Transcript of 2. Effect of Co2 Saturated Brine on the Conductivity of Wellbore-cement Fractures

  • SPE 139713

    The Effect of CO2-Saturated Brine on the Conductivity of Wellbore-Cement Fractures Tevfik Yalcinkaya, SPE, Mileva Radonjic, Richard G. Hughes, SPE, Clinton S.Willson, Kyungmin Ham, Louisiana State University

    Copyright 2010, Society of Petroleum Engineers This paper was prepared for presentation at the SPE International Conference on CO2 Capture, Storage, and Utilization held in New Orleans, Louisiana, USA, 1012 November 2010. This paper was selected for presentation by an SPE program committee following review of information contained in an abstract submitted by the author(s). Contents of the paper have not been reviewed by the Society of Petroleum Engineers and are subject to correction by the author(s). The material does not necessarily reflect any position of the Society of Petroleum Engineers, its officers, or members. Electronic reproduction, distribution, or storage of any part of this paper without the written consent of the Society of Petroleum Engineers is prohibited. Permission to reproduce in print is restricted to an abstract of not more than 300 words; illustrations may not be copied. The abstract must contain conspicuous acknowledgment of SPE copyright.

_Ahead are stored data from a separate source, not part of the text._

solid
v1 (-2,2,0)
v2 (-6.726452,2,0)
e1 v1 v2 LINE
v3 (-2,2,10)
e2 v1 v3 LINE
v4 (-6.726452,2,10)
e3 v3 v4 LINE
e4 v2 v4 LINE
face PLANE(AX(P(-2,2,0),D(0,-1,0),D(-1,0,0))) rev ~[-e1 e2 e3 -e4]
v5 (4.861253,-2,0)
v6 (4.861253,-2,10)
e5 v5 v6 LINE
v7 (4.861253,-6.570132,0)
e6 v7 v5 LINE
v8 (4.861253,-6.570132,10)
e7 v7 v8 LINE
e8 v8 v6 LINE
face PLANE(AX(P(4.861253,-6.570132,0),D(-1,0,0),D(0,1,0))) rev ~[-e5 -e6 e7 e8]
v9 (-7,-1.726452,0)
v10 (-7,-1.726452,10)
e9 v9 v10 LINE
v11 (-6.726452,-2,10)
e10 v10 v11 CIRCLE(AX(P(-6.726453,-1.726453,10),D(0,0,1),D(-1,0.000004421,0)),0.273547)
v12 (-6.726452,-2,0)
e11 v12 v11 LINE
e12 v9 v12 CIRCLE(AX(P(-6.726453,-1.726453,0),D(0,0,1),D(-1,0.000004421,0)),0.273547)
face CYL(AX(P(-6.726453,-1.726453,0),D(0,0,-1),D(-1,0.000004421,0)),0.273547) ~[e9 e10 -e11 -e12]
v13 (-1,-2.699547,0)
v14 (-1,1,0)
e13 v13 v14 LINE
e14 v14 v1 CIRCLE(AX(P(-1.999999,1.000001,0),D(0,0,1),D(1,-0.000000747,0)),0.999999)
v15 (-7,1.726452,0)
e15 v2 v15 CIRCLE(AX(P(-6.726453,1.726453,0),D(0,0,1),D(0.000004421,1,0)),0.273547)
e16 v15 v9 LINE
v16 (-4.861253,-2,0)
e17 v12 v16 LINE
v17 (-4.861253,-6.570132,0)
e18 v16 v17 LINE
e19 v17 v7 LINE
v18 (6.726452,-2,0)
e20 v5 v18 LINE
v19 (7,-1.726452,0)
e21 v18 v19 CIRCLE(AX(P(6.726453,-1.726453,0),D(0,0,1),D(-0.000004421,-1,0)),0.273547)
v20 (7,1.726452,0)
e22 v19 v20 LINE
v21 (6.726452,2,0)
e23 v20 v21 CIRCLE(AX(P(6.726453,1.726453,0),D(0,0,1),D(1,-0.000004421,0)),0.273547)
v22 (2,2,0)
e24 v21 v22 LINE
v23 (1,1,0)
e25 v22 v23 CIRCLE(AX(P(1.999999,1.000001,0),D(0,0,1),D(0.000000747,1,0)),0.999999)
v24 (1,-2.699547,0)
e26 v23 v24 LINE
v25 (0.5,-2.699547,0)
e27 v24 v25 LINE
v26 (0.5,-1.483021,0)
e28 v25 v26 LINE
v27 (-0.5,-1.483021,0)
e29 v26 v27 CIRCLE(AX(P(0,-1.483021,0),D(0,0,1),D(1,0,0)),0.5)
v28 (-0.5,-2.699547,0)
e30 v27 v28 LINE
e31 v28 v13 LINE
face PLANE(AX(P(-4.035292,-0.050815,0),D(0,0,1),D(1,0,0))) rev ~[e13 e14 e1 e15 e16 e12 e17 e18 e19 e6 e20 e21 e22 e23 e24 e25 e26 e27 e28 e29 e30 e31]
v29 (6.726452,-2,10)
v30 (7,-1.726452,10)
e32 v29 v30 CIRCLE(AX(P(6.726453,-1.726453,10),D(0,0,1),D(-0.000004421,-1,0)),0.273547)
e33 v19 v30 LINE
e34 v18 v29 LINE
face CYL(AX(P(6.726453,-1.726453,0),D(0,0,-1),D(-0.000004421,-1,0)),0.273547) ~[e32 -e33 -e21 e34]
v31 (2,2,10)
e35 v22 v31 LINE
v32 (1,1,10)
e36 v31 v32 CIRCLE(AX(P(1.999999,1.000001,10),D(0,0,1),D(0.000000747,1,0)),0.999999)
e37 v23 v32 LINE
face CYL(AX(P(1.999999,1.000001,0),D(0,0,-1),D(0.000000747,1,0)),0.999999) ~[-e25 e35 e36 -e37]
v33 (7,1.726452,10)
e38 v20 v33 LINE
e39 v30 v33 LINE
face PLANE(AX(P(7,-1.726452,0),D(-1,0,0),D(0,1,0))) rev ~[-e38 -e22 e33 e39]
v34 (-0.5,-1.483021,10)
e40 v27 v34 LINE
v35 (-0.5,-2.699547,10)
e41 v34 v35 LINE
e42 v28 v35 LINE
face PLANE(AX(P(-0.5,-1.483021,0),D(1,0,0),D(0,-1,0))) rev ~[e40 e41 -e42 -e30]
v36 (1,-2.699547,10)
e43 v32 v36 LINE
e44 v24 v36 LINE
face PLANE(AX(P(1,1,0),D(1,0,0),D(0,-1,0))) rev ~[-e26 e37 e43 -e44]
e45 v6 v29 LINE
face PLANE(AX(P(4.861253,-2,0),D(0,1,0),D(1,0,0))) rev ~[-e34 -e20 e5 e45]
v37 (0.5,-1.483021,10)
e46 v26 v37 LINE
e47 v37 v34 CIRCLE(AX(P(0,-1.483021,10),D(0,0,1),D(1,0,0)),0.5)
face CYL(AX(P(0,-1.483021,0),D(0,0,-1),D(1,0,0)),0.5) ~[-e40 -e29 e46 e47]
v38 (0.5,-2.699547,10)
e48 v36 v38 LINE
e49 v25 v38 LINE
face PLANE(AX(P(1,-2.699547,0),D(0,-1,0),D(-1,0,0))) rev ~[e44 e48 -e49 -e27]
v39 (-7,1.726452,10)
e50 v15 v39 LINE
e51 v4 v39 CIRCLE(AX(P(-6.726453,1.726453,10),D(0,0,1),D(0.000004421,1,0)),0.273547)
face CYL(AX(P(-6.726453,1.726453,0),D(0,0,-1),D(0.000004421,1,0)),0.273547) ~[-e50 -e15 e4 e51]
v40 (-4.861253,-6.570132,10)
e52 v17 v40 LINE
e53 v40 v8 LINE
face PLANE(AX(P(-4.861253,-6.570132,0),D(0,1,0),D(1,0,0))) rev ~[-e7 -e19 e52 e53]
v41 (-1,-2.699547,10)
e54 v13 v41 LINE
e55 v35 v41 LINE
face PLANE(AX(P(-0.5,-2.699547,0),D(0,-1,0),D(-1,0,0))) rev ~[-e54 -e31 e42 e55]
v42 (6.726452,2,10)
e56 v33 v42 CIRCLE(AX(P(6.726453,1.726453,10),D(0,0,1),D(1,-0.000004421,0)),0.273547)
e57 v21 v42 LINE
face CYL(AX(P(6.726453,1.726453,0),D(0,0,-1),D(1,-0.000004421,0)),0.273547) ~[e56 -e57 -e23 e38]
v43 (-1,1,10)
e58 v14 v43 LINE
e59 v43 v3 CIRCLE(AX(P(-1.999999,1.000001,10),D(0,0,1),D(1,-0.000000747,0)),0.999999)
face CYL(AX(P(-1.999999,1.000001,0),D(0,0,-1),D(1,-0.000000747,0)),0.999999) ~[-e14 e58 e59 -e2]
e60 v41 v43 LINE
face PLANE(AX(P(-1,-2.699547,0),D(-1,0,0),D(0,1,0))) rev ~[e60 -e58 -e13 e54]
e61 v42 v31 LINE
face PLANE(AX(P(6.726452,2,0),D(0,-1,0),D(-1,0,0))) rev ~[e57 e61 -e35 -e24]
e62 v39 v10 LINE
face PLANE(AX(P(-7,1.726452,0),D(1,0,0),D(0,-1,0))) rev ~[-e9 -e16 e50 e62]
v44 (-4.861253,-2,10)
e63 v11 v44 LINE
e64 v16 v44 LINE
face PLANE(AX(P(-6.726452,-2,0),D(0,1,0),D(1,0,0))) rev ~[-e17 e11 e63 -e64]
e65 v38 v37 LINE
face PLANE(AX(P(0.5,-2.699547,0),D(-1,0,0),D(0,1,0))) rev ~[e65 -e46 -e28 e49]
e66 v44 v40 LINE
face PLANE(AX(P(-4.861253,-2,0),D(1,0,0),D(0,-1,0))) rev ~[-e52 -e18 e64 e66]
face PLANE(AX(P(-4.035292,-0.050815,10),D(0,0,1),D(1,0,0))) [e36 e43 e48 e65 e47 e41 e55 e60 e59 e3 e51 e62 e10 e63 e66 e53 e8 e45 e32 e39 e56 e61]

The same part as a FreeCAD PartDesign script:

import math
import FreeCAD as App
import Part
import Sketcher

V = App.Vector

doc = App.newDocument("Part")
body = doc.addObject("PartDesign::Body", "Body")

sketch1 = body.newObject("Sketcher::SketchObject", "Sketch")
sketch1.AttachmentSupport = (doc.getObject("XY_Plane"), [""])
sketch1.MapMode = "FlatFace"
sketch1.addGeometry(Part.ArcOfCircle(Part.Circle(V(-2, 1, 0), V(0, 0, 1), 1), math.radians(0), math.radians(90)), False)
sketch1.addGeometry(Part.LineSegment(V(-2, 2, 0), V(-6.73, 2, 0)), False)
sketch1.addGeometry(Part.ArcOfCircle(Part.Circle(V(-6.73, 1.73, 0), V(0, 0, 1), 0.27), math.radians(90), math.radians(180)), False)
sketch1.addGeometry(Part.LineSegment(V(-7, 1.73, 0), V(-7, -1.73, 0)), False)
sketch1.addGeometry(Part.ArcOfCircle(Part.Circle(V(-6.73, -1.73, 0), V(0, 0, 1), 0.27), math.radians(180), math.radians(270)), False)
sketch1.addGeometry(Part.LineSegment(V(-6.73, -2, 0), V(-4.86, -2, 0)), False)
sketch1.addGeometry(Part.LineSegment(V(-4.86, -2, 0), V(-4.86, -6.57, 0)), False)
sketch1.addGeometry(Part.LineSegment(V(-4.86, -6.57, 0), V(4.86, -6.57, 0)), False)
sketch1.addGeometry(Part.LineSegment(V(4.86, -6.57, 0), V(4.86, -2, 0)), False)
sketch1.addGeometry(Part.LineSegment(V(4.86, -2, 0), V(6.73, -2, 0)), False)
sketch1.addGeometry(Part.ArcOfCircle(Part.Circle(V(6.73, -1.73, 0), V(0, 0, 1), 0.27), math.radians(-90), math.radians(0)), False)
sketch1.addGeometry(Part.LineSegment(V(7, -1.73, 0), V(7, 1.73, 0)), False)
sketch1.addGeometry(Part.ArcOfCircle(Part.Circle(V(6.73, 1.73, 0), V(0, 0, 1), 0.27), math.radians(0), math.radians(90)), False)
sketch1.addGeometry(Part.LineSegment(V(6.73, 2, 0), V(2, 2, 0)), False)
sketch1.addGeometry(Part.ArcOfCircle(Part.Circle(V(2, 1, 0), V(0, 0, 1), 1), math.radians(90), math.radians(180)), False)
sketch1.addGeometry(Part.LineSegment(V(1, 1, 0), V(1, -2.7, 0)), False)
sketch1.addGeometry(Part.LineSegment(V(1, -2.7, 0), V(0.5, -2.7, 0)), False)
sketch1.addGeometry(Part.LineSegment(V(0.5, -2.7, 0), V(0.5, -1.48, 0)), False)
sketch1.addGeometry(Part.ArcOfCircle(Part.Circle(V(0, -1.48, 0), V(0, 0, 1), 0.5), math.radians(0), math.radians(180)), False)
sketch1.addGeometry(Part.LineSegment(V(-0.5, -1.48, 0), V(-0.5, -2.7, 0)), False)
sketch1.addGeometry(Part.LineSegment(V(-0.5, -2.7, 0), V(-1, -2.7, 0)), False)
sketch1.addGeometry(Part.LineSegment(V(-1, -2.7, 0), V(-1, 1, 0)), False)
sketch1.addConstraint(Sketcher.Constraint("Tangent", 0, 2, 1, 1))
sketch1.addConstraint(Sketcher.Constraint("Coincident", 1, 2, 2, 1))
sketch1.addConstraint(Sketcher.Constraint("Coincident", 2, 2, 3, 1))
sketch1.addConstraint(Sketcher.Constraint("Coincident", 3, 2, 4, 1))
sketch1.addConstraint(Sketcher.Constraint("Coincident", 4, 2, 5, 1))
sketch1.addConstraint(Sketcher.Constraint("Coincident", 5, 2, 6, 1))
sketch1.addConstraint(Sketcher.Constraint("Coincident", 6, 2, 7, 1))
sketch1.addConstraint(Sketcher.Constraint("Coincident", 7, 2, 8, 1))
sketch1.addConstraint(Sketcher.Constraint("Coincident", 8, 2, 9, 1))
sketch1.addConstraint(Sketcher.Constraint("Coincident", 9, 2, 10, 1))
sketch1.addConstraint(Sketcher.Constraint("Coincident", 10, 2, 11, 1))
sketch1.addConstraint(Sketcher.Constraint("Coincident", 11, 2, 12, 1))
sketch1.addConstraint(Sketcher.Constraint("Coincident", 12, 2, 13, 1))
sketch1.addConstraint(Sketcher.Constraint("Tangent", 13, 2, 14, 1))
sketch1.addConstraint(Sketcher.Constraint("Tangent", 14, 2, 15, 1))
sketch1.addConstraint(Sketcher.Constraint("Coincident", 15, 2, 16, 1))
sketch1.addConstraint(Sketcher.Constraint("Coincident", 16, 2, 17, 1))
sketch1.addConstraint(Sketcher.Constraint("Tangent", 17, 2, 18, 1))
sketch1.addConstraint(Sketcher.Constraint("Tangent", 18, 2, 19, 1))
sketch1.addConstraint(Sketcher.Constraint("Coincident", 19, 2, 20, 1))
sketch1.addConstraint(Sketcher.Constraint("Coincident", 20, 2, 21, 1))
sketch1.addConstraint(Sketcher.Constraint("Tangent", 21, 2, 0, 1))
sketch1.addConstraint(Sketcher.Constraint("Horizontal", 1))
sketch1.addConstraint(Sketcher.Constraint("Vertical", 3))
sketch1.addConstraint(Sketcher.Constraint("Horizontal", 5))
sketch1.addConstraint(Sketcher.Constraint("Vertical", 6))
sketch1.addConstraint(Sketcher.Constraint("Horizontal", 7))
sketch1.addConstraint(Sketcher.Constraint("Vertical", 8))
sketch1.addConstraint(Sketcher.Constraint("Horizontal", 9))
sketch1.addConstraint(Sketcher.Constraint("Vertical", 11))
sketch1.addConstraint(Sketcher.Constraint("Horizontal", 13))
sketch1.addConstraint(Sketcher.Constraint("Vertical", 15))
sketch1.addConstraint(Sketcher.Constraint("Horizontal", 16))
sketch1.addConstraint(Sketcher.Constraint("Vertical", 17))
sketch1.addConstraint(Sketcher.Constraint("Vertical", 19))
sketch1.addConstraint(Sketcher.Constraint("Horizontal", 20))
sketch1.addConstraint(Sketcher.Constraint("Vertical", 21))
sketch1.addConstraint(Sketcher.Constraint("Equal", 2, 4))
sketch1.addConstraint(Sketcher.Constraint("Equal", 4, 10))
sketch1.addConstraint(Sketcher.Constraint("Equal", 10, 12))
sketch1.addConstraint(Sketcher.Constraint("Equal", 0, 14))
sketch1.addConstraint(Sketcher.Constraint("Symmetric", 2, 3, 10, 3, -1, 1))
sketch1.addConstraint(Sketcher.Constraint("Symmetric", 4, 2, 12, 2, -1, 1))
sketch1.addConstraint(Sketcher.Constraint("Symmetric", 0, 3, 14, 3, -2))
sketch1.addConstraint(Sketcher.Constraint("Symmetric", 16, 2, 19, 2, -2))
sketch1.addConstraint(Sketcher.Constraint("Horizontal", 12, 3, 2, 2))
sketch1.addConstraint(Sketcher.Constraint("Horizontal", 10, 3, 3, 2))
sketch1.addConstraint(Sketcher.Constraint("Horizontal", 3, 2, 10, 2))
sketch1.addConstraint(Sketcher.Constraint("Horizontal", 2, 2, 11, 2))
sketch1.addConstraint(Sketcher.Constraint("Vertical", 4, 3, 1, 2))
sketch1.addConstraint(Sketcher.Constraint("Vertical", 1, 2, 4, 2))
sketch1.addConstraint(Sketcher.Constraint("Vertical", 12, 3, 9, 2))
sketch1.addConstraint(Sketcher.Constraint("Equal", 5, 9))
sketch1.addConstraint(Sketcher.Constraint("Radius", 0, 0.999999))
sketch1.addConstraint(Sketcher.Constraint("Radius", 18, 0.5))
sketch1.addConstraint(Sketcher.Constraint("DistanceX", 16, 2, 16, 1, 0.5))
sketch1.addConstraint(Sketcher.Constraint("DistanceY", -1, 1, 0, 3, 1.000001))
sketch1.addConstraint(Sketcher.Constraint("DistanceX", 2, 2, -1, 1, 7.0))
sketch1.addConstraint(Sketcher.Constraint("DistanceX", 5, 1, 5, 2, 1.865199))
sketch1.addConstraint(Sketcher.Constraint("Radius", 2, 0.273547))
sketch1.addConstraint(Sketcher.Constraint("DistanceY", 6, 2, 6, 1, 4.570132))
sketch1.addConstraint(Sketcher.Constraint("DistanceY", 15, 2, 15, 1, 3.699547))
sketch1.addConstraint(Sketcher.Constraint("DistanceY", 17, 1, 17, 2, 1.216526))
pad1 = body.newObject("PartDesign::Pad", "Pad")
pad1.Profile = sketch1
pad1.Length = 10

doc.recompute()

    Abstract The efficiency of Carbon Capture and Storage projects is directly related to the long term sealing ability of cemented sections

    in wellbores penetrating CO2 storage reservoirs. The microfractures inside the wellbore cement and/or microannulus are

    possible pathways for CO2 leakage to the surface and/or fresh water aquifers and jeopardize safe and long-term containment

    of CO2 in the subsurface.

    This paper presents an experimental study which investigates the changes inside the cement internal structure when exposed

    to acidic brine through an artificial fracture. A 30-day long flow through experiment was conducted using a 1 in by 12 in.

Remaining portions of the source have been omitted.